**Try it:** Please output the section of the listing below that opens with the line containing "#100=CYLINDRICAL_SURFACE('',#37,1.75);" and closes with the line containing "# FreeCAD 1.0 macro for this part", exactly and with nothing else.

**Information given:**
- - - - - - -
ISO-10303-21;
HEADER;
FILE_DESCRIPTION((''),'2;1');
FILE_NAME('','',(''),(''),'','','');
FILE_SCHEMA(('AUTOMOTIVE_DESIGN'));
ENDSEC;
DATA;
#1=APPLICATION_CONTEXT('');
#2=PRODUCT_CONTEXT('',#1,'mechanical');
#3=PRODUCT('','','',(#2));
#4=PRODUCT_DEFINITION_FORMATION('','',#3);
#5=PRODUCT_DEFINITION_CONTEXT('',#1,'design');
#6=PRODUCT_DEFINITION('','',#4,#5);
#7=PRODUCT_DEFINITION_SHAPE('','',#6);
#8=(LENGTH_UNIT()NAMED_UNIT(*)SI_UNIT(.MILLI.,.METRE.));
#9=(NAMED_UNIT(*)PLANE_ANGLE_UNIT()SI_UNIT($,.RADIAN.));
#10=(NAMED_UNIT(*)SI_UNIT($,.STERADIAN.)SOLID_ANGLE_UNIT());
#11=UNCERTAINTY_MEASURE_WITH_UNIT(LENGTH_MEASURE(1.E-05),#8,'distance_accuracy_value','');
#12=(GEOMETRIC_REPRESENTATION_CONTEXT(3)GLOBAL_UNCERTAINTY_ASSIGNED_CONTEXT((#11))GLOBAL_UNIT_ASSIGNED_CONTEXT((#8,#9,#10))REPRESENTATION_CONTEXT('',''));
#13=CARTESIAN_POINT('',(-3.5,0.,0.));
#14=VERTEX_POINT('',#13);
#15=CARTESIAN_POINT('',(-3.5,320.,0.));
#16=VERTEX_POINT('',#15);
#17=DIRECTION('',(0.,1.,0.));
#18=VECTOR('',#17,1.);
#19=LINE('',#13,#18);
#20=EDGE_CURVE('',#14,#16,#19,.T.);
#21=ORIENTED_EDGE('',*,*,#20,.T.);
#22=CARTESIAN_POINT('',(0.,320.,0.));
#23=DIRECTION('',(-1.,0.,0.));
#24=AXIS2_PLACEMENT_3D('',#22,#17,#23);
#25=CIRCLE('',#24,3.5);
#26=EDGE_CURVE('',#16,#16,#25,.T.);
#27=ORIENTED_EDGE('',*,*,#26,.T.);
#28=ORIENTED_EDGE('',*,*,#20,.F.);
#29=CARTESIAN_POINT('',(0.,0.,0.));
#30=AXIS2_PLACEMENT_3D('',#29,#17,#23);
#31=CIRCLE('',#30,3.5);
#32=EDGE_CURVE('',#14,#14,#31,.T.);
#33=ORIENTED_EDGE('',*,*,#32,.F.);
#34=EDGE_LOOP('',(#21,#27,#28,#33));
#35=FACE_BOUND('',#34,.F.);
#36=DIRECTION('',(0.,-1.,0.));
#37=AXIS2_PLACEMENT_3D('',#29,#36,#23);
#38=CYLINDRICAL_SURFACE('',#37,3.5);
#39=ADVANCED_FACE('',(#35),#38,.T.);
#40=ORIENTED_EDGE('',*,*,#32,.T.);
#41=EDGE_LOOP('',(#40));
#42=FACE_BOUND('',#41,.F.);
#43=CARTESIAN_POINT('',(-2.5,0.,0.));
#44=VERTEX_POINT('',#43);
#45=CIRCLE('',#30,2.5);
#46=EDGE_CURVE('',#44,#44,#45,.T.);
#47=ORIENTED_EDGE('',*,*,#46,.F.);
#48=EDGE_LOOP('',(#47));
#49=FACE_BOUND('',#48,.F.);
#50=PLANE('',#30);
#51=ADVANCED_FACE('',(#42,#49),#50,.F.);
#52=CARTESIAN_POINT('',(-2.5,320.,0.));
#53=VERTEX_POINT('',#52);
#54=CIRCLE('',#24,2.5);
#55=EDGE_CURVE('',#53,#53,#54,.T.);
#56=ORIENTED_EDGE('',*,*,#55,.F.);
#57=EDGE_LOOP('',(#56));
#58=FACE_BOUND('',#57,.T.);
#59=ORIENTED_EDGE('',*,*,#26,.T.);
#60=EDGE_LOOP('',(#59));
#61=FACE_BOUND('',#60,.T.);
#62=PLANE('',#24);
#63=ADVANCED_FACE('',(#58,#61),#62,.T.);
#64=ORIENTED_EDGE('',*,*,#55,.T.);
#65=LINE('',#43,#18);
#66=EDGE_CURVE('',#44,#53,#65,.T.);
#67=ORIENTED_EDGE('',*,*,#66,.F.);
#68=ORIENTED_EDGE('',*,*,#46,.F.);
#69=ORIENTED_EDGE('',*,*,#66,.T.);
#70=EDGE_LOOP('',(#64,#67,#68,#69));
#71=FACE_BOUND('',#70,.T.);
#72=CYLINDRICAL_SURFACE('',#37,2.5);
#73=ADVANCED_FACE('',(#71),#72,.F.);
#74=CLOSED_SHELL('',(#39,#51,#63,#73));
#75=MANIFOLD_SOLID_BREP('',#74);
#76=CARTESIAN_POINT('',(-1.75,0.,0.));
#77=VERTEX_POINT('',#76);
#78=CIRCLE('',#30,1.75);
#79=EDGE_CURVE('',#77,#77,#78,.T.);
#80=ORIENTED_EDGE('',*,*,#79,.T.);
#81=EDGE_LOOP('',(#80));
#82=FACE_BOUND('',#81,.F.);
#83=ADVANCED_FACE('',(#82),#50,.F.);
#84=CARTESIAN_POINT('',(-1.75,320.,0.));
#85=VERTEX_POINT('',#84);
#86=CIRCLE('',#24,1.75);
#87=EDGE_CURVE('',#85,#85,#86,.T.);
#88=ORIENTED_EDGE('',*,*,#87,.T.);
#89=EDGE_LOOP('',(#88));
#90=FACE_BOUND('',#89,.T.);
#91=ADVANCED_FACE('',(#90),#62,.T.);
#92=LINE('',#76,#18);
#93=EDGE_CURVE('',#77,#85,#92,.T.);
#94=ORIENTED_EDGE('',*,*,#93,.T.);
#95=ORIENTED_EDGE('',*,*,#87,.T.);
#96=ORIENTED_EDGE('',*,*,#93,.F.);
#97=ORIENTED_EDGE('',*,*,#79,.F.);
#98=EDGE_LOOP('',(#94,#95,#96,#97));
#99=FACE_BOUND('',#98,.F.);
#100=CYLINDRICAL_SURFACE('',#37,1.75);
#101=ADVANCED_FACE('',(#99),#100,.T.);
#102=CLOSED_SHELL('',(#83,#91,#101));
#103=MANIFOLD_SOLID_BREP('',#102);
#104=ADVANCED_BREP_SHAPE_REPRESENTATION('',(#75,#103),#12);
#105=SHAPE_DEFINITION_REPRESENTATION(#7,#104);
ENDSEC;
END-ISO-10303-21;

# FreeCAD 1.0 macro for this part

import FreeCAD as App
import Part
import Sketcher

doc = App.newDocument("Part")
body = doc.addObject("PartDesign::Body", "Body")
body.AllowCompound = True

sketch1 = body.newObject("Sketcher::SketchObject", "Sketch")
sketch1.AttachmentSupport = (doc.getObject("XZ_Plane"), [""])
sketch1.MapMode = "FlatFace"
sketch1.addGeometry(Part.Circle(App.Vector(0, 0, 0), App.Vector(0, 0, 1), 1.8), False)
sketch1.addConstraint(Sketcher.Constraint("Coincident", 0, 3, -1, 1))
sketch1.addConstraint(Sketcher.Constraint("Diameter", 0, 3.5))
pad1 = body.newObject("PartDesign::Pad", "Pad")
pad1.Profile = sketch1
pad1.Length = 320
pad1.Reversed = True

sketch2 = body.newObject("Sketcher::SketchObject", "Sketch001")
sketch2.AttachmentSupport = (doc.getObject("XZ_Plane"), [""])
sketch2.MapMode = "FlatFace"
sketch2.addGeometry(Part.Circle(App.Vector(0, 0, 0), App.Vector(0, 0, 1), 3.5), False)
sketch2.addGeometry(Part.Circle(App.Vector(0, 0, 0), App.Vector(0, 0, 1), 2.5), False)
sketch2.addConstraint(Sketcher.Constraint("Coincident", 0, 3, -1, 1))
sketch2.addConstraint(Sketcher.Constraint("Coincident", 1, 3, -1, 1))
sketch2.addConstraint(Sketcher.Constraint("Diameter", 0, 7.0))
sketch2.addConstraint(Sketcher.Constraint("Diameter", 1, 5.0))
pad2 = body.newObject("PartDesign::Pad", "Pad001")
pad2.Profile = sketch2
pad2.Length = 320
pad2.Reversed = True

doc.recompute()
- - - - - - -
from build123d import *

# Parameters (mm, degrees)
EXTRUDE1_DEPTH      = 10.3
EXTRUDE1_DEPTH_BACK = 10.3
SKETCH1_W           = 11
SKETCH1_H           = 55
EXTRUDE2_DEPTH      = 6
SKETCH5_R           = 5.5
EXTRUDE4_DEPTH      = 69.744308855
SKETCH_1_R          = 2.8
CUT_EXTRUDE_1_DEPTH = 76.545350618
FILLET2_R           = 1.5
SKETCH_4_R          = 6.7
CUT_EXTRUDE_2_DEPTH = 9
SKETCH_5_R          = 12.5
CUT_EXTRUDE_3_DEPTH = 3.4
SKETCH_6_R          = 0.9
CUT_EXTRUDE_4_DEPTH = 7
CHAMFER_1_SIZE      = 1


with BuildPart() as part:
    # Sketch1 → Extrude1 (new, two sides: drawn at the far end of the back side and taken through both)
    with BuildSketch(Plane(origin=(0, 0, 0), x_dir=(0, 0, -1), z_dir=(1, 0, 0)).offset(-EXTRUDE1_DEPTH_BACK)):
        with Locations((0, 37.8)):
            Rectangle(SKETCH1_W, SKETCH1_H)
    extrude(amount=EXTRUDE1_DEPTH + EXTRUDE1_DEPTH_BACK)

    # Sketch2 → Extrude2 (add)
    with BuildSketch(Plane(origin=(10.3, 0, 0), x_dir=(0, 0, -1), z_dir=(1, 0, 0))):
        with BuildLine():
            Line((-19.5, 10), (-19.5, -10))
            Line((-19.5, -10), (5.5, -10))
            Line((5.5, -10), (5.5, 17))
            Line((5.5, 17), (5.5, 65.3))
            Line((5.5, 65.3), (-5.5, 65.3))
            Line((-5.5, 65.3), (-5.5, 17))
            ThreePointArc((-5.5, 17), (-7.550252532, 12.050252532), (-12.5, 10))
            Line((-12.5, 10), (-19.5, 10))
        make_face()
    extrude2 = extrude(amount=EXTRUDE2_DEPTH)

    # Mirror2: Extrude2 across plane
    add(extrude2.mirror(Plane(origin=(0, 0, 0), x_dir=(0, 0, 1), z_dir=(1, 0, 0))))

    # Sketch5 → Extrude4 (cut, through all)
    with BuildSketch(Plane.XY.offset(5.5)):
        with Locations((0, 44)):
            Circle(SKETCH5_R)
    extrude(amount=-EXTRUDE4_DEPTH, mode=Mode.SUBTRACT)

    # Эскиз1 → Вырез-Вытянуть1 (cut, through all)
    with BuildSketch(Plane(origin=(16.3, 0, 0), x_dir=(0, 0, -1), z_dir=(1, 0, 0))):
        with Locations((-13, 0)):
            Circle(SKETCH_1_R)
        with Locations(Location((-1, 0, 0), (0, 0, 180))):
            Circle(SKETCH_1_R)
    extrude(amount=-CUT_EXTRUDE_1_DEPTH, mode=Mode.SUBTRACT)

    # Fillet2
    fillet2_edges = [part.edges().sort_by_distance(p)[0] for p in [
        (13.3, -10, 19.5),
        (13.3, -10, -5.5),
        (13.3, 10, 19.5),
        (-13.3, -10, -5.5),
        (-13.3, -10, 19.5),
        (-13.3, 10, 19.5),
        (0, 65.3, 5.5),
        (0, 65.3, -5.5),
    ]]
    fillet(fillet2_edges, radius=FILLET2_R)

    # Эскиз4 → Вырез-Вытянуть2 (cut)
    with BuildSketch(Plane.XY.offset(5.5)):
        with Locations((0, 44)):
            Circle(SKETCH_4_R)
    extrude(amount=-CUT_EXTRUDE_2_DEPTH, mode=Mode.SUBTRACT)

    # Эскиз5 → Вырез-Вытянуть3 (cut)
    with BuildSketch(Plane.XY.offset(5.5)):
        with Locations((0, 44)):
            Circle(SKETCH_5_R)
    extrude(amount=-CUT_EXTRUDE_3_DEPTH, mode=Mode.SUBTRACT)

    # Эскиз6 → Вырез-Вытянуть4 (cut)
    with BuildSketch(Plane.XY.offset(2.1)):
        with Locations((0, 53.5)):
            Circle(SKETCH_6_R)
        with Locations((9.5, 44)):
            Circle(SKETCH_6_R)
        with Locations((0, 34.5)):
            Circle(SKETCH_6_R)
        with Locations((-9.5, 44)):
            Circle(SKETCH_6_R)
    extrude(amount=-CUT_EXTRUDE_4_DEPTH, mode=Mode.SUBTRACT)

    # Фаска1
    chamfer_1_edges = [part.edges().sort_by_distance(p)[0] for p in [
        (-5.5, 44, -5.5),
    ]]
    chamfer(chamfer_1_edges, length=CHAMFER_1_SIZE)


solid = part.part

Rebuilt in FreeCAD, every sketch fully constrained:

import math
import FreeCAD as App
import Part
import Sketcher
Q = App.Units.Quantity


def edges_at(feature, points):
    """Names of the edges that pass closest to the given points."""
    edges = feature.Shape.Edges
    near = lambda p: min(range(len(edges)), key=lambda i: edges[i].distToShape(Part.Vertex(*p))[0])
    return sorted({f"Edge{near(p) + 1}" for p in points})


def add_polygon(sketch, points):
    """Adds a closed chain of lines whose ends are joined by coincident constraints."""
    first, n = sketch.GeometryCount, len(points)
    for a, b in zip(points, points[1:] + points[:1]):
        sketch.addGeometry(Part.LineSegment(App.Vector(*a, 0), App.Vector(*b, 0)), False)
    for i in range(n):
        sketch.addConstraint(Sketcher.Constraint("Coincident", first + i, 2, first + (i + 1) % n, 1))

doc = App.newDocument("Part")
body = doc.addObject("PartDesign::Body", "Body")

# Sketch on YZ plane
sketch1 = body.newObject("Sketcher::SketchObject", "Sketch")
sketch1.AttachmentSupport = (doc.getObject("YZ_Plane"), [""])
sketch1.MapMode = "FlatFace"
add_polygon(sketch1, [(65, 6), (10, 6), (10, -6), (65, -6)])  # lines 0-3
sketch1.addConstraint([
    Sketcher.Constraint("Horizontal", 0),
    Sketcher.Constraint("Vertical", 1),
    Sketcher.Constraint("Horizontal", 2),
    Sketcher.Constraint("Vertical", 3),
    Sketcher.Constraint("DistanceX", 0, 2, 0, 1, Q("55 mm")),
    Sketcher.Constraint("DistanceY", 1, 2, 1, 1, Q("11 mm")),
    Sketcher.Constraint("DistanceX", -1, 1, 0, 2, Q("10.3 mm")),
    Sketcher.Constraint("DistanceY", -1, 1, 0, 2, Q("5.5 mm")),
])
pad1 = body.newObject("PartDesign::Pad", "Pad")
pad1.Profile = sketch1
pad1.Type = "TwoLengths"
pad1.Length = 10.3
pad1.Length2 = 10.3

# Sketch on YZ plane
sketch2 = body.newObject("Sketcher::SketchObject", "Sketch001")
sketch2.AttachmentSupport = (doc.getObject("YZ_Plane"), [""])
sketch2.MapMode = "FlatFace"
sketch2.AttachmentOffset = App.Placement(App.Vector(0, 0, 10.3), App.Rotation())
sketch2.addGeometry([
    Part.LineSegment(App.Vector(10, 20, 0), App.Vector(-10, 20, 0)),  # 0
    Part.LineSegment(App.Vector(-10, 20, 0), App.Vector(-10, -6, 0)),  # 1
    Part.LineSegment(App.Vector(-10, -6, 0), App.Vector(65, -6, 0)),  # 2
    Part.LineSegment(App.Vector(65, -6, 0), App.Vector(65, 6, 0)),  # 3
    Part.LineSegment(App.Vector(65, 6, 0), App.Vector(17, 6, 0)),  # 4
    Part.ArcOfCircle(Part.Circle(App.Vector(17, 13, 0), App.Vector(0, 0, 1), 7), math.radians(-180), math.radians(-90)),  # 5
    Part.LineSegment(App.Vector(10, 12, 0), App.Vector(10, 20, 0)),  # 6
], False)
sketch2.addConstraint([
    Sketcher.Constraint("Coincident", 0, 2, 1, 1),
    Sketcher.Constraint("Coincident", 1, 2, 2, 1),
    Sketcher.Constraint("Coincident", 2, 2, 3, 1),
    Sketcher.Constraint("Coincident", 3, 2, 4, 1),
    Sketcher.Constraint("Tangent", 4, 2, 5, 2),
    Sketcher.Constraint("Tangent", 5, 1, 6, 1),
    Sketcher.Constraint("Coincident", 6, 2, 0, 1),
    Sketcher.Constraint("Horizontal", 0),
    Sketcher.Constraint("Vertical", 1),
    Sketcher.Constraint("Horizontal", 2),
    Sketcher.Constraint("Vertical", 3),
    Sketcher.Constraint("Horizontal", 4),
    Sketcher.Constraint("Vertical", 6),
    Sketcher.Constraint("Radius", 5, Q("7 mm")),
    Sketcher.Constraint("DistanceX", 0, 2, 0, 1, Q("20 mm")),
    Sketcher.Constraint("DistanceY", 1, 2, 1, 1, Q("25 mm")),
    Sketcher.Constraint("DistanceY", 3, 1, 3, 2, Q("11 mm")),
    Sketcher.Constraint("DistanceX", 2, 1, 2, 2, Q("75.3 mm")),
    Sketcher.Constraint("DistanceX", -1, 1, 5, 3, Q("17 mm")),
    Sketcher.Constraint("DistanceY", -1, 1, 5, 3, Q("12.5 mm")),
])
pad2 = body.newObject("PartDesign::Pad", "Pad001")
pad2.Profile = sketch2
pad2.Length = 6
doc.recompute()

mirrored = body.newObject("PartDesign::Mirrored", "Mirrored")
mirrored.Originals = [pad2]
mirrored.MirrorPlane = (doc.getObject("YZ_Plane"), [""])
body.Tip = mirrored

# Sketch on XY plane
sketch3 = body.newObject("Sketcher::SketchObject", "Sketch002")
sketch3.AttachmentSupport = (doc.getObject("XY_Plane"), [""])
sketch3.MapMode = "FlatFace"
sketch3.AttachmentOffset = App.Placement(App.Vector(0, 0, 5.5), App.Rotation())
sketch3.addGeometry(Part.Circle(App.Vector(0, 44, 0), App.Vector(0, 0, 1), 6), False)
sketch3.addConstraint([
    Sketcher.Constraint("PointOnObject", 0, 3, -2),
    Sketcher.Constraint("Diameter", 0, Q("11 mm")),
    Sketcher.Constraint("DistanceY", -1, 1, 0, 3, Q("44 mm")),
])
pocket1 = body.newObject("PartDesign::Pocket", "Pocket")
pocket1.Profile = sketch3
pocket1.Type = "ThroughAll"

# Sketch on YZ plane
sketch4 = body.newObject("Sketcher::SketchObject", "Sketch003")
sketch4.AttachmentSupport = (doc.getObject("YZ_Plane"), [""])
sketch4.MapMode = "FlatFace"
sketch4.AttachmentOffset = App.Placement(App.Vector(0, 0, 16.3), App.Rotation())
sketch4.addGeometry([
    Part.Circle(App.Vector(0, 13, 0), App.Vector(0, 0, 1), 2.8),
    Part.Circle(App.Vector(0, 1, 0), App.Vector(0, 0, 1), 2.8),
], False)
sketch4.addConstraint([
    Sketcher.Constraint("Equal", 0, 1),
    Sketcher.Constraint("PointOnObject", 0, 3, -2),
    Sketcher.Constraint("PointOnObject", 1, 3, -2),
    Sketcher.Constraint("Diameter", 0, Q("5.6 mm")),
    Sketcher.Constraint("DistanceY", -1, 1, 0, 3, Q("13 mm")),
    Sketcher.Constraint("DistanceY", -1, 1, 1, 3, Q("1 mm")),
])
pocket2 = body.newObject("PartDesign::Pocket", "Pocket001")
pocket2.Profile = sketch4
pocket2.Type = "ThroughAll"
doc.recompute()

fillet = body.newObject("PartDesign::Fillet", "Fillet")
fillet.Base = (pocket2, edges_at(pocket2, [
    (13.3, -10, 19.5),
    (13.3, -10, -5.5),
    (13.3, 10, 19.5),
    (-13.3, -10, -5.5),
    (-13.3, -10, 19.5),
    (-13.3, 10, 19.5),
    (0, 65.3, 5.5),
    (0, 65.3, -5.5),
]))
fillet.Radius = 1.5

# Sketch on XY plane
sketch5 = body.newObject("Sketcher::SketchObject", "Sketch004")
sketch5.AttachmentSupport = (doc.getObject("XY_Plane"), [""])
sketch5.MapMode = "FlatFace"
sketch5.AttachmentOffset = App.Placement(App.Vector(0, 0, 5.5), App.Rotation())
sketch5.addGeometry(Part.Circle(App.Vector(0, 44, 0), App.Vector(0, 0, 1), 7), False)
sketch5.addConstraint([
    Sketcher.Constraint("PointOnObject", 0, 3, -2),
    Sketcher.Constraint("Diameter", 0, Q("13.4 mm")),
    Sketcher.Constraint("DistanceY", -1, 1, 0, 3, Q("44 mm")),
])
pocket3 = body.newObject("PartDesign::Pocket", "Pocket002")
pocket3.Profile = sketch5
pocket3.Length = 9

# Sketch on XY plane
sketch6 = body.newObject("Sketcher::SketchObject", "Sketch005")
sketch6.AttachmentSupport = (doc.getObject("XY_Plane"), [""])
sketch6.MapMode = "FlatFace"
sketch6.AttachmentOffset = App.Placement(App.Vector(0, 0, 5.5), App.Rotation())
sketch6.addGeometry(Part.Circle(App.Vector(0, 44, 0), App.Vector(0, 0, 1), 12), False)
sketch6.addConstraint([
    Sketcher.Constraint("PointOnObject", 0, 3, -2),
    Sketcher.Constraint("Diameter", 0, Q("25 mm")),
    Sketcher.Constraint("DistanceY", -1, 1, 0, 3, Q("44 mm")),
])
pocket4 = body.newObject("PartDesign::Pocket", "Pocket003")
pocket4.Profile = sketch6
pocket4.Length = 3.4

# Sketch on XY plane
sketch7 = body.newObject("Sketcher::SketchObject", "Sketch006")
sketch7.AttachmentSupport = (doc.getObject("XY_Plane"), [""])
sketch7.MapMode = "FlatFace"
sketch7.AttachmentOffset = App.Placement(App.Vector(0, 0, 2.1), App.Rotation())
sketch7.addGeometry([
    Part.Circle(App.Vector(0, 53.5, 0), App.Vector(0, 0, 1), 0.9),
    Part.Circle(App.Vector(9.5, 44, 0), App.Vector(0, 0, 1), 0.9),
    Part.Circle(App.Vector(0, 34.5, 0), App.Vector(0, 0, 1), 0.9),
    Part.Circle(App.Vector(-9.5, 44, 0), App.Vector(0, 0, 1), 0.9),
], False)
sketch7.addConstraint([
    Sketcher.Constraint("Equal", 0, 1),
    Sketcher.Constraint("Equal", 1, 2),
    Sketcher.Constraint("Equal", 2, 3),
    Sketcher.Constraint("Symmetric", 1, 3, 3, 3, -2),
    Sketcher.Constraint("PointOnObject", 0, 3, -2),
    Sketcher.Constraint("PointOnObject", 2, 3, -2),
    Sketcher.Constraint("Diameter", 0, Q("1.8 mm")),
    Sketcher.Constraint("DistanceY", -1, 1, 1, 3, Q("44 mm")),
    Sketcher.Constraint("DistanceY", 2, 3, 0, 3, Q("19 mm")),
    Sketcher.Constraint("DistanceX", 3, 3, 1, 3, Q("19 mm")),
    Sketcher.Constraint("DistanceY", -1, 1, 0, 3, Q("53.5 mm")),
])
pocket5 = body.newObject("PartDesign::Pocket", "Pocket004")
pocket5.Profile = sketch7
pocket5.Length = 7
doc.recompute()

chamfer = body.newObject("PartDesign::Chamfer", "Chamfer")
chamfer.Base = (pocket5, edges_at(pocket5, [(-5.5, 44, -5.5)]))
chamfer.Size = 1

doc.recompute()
- - - - - - -
**Reply to the task:**
#100=CYLINDRICAL_SURFACE('',#37,1.75);
#101=ADVANCED_FACE('',(#99),#100,.T.);
#102=CLOSED_SHELL('',(#83,#91,#101));
#103=MANIFOLD_SOLID_BREP('',#102);
#104=ADVANCED_BREP_SHAPE_REPRESENTATION('',(#75,#103),#12);
#105=SHAPE_DEFINITION_REPRESENTATION(#7,#104);
ENDSEC;
END-ISO-10303-21;

# FreeCAD 1.0 macro for this part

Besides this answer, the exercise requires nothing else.